Wildlife screening at Suvarnabhumi tightened as monkeypox spreads
The National Parks, Wildlife and Plant Conservation Department (DNP) has tightened screening of wildlife imports as well as indigenous monkeys in a bid prevent monkeypox entering Thailand.
The new measures were adopted following a meeting of wildlife officials and businesses organised by the DNP. Attendees agreed on new screening guidelines for wildlife imports at airports. Meanwhile the DNP is seeking to restrict imports of wild animals until monkeypox-control measures are in place.
Prasert Sornsathapornkul, director of the CITES wild animals and plants protection division, said the meeting sought solutions amid growing concern over the global spread of monkeypox.
Thailand has a large population of indigenous monkeys that could act as carriers of the disease.
Also present at the meeting were DNP Wildlife Health Management Division chief Pattarapol Maneeon and officials from wildlife checkpoints at Suvarnabhumi and other airports.

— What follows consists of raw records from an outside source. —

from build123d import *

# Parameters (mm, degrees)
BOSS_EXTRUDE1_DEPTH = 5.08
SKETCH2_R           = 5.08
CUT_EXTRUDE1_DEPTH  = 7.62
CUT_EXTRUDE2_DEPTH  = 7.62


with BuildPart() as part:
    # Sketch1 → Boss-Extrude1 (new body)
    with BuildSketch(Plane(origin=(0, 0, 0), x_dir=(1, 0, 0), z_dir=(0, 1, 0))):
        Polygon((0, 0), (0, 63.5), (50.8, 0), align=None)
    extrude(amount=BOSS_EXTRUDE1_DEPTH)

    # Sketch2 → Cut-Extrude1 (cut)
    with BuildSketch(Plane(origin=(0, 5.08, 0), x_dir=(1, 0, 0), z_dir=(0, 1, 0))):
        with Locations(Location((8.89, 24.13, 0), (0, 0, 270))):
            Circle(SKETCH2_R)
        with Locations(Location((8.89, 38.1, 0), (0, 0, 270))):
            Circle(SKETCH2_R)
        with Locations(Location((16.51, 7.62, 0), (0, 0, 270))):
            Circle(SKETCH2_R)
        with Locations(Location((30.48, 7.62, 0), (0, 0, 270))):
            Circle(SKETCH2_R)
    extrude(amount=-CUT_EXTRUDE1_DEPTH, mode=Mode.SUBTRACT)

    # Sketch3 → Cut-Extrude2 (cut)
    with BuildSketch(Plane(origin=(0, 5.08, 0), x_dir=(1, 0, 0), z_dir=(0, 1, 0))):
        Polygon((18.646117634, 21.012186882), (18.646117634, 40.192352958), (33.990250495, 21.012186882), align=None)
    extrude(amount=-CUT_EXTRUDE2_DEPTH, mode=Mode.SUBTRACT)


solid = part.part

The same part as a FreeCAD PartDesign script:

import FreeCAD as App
import Part
import Sketcher

V = App.Vector
Q = App.Units.Quantity

doc = App.newDocument("Part")
body = doc.addObject("PartDesign::Body", "Body")

sketch1 = body.newObject("Sketcher::SketchObject", "Sketch")
sketch1.AttachmentSupport = (doc.getObject("XZ_Plane"), [""])
sketch1.MapMode = "FlatFace"
sketch1.addGeometry([
    Part.LineSegment(V(0, -63.5, 0), V(0, 0, 0)),
    Part.LineSegment(V(0, 0, 0), V(50.8, 0, 0)),
    Part.LineSegment(V(50.8, 0, 0), V(0, -63.5, 0)),
], False)
sketch1.addConstraint([
    Sketcher.Constraint("Coincident", 0, 2, 1, 1),
    Sketcher.Constraint("Coincident", 1, 2, 2, 1),
    Sketcher.Constraint("Coincident", 2, 2, 0, 1),
    Sketcher.Constraint("Vertical", 0),
    Sketcher.Constraint("Horizontal", 1),
    Sketcher.Constraint("Coincident", 0, 2, -1, 1),
    Sketcher.Constraint("DistanceX", 1, 1, 1, 2, Q("2 in")),
    Sketcher.Constraint("DistanceY", 0, 1, 0, 2, Q("2.5 in")),
])
pad1 = body.newObject("PartDesign::Pad", "Pad")
pad1.Profile = sketch1
pad1.Length = Q("0.2 in")
pad1.Reversed = True

sketch2 = body.newObject("Sketcher::SketchObject", "Sketch001")
sketch2.AttachmentSupport = (doc.getObject("XZ_Plane"), [""])
sketch2.MapMode = "FlatFace"
sketch2.AttachmentOffset = App.Placement(V(0, 0, -0.2 * 25.4), App.Rotation())
sketch2.addGeometry([
    Part.Circle(V(8.89, -24.13, 0), V(0, 0, 1), 5.08),
    Part.Circle(V(8.89, -38.1, 0), V(0, 0, 1), 5.08),
    Part.Circle(V(16.51, -7.62, 0), V(0, 0, 1), 5.08),
    Part.Circle(V(30.48, -7.62, 0), V(0, 0, 1), 5.08),
], False)
sketch2.addConstraint([
    Sketcher.Constraint("Equal", 0, 1),
    Sketcher.Constraint("Equal", 1, 2),
    Sketcher.Constraint("Equal", 2, 3),
    Sketcher.Constraint("Horizontal", 2, 3, 3, 3),
    Sketcher.Constraint("Vertical", 0, 3, 1, 3),
    Sketcher.Constraint("Diameter", 0, Q("0.4 in")),
    Sketcher.Constraint("DistanceY", 1, 3, -1, 1, Q("1.5 in")),
    Sketcher.Constraint("DistanceY", 2, 3, -1, 1, Q("0.3 in")),
    Sketcher.Constraint("DistanceX", -1, 1, 3, 3, Q("1.2 in")),
    Sketcher.Constraint("DistanceX", 0, 3, 2, 3, Q("0.3 in")),
    Sketcher.Constraint("DistanceX", -1, 1, 0, 3, Q("0.35 in")),
    Sketcher.Constraint("DistanceY", 0, 3, -1, 1, Q("0.95 in")),
])
pocket1 = body.newObject("PartDesign::Pocket", "Pocket")
pocket1.Profile = sketch2
pocket1.Length = Q("0.3 in")
pocket1.Reversed = True

sketch3 = body.newObject("Sketcher::SketchObject", "Sketch002")
sketch3.AttachmentSupport = (doc.getObject("XZ_Plane"), [""])
sketch3.MapMode = "FlatFace"
sketch3.AttachmentOffset = App.Placement(V(0, 0, -0.2 * 25.4), App.Rotation())
sketch3.addGeometry([
    Part.LineSegment(V(18.646118, -40.192353, 0), V(18.646118, -21.012187, 0)),
    Part.LineSegment(V(18.646118, -21.012187, 0), V(33.99025, -21.012187, 0)),
    Part.LineSegment(V(33.99025, -21.012187, 0), V(18.646118, -40.192353, 0)),
], False)
sketch3.addConstraint([
    Sketcher.Constraint("Coincident", 0, 2, 1, 1),
    Sketcher.Constraint("Coincident", 1, 2, 2, 1),
    Sketcher.Constraint("Coincident", 2, 2, 0, 1),
    Sketcher.Constraint("Vertical", 0),
    Sketcher.Constraint("Horizontal", 1),
    Sketcher.Constraint("DistanceX", 1, 1, 1, 2, Q("15.344133 mm")),
    Sketcher.Constraint("DistanceY", 0, 1, 0, 2, Q("19.180166 mm")),
    Sketcher.Constraint("DistanceX", -1, 1, 1, 2, Q("33.99025 mm")),
    Sketcher.Constraint("DistanceY", 0, 2, -1, 1, Q("21.012187 mm")),
])
pocket2 = body.newObject("PartDesign::Pocket", "Pocket001")
pocket2.Profile = sketch3
pocket2.Length = Q("0.3 in")
pocket2.Reversed = True

doc.recompute()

As of Monday, there had been no reports of monkeypox cases detected in Thailand.
Pattarapol said monkeypox had been added to the list of diseases screened for in the DNP’s regular surveys of monkeys in Thailand. He highlighted the risks of wildlife staff being infected by secretions from the animals, adding DNP staff had been told to wear gloves and footwear during checks on monkeys.
He also advised people worried about monkeypox to monitor the news closely and avoid contact with potential monkeypox carriers such as rodents and primates. They should also wash their hands with soap and clean water immediately after touching these animals and see a doctor immediately if they develop symptoms such as fever, headache, muscle aches and rash.
Meanwhile the DNP is checking health histories of all animals imported from Africa over the past year.
Monkeypox is endemic in central and west Africa but has spread to more than 20 countries across the Americas, Europe, the Middle East and Asia this month.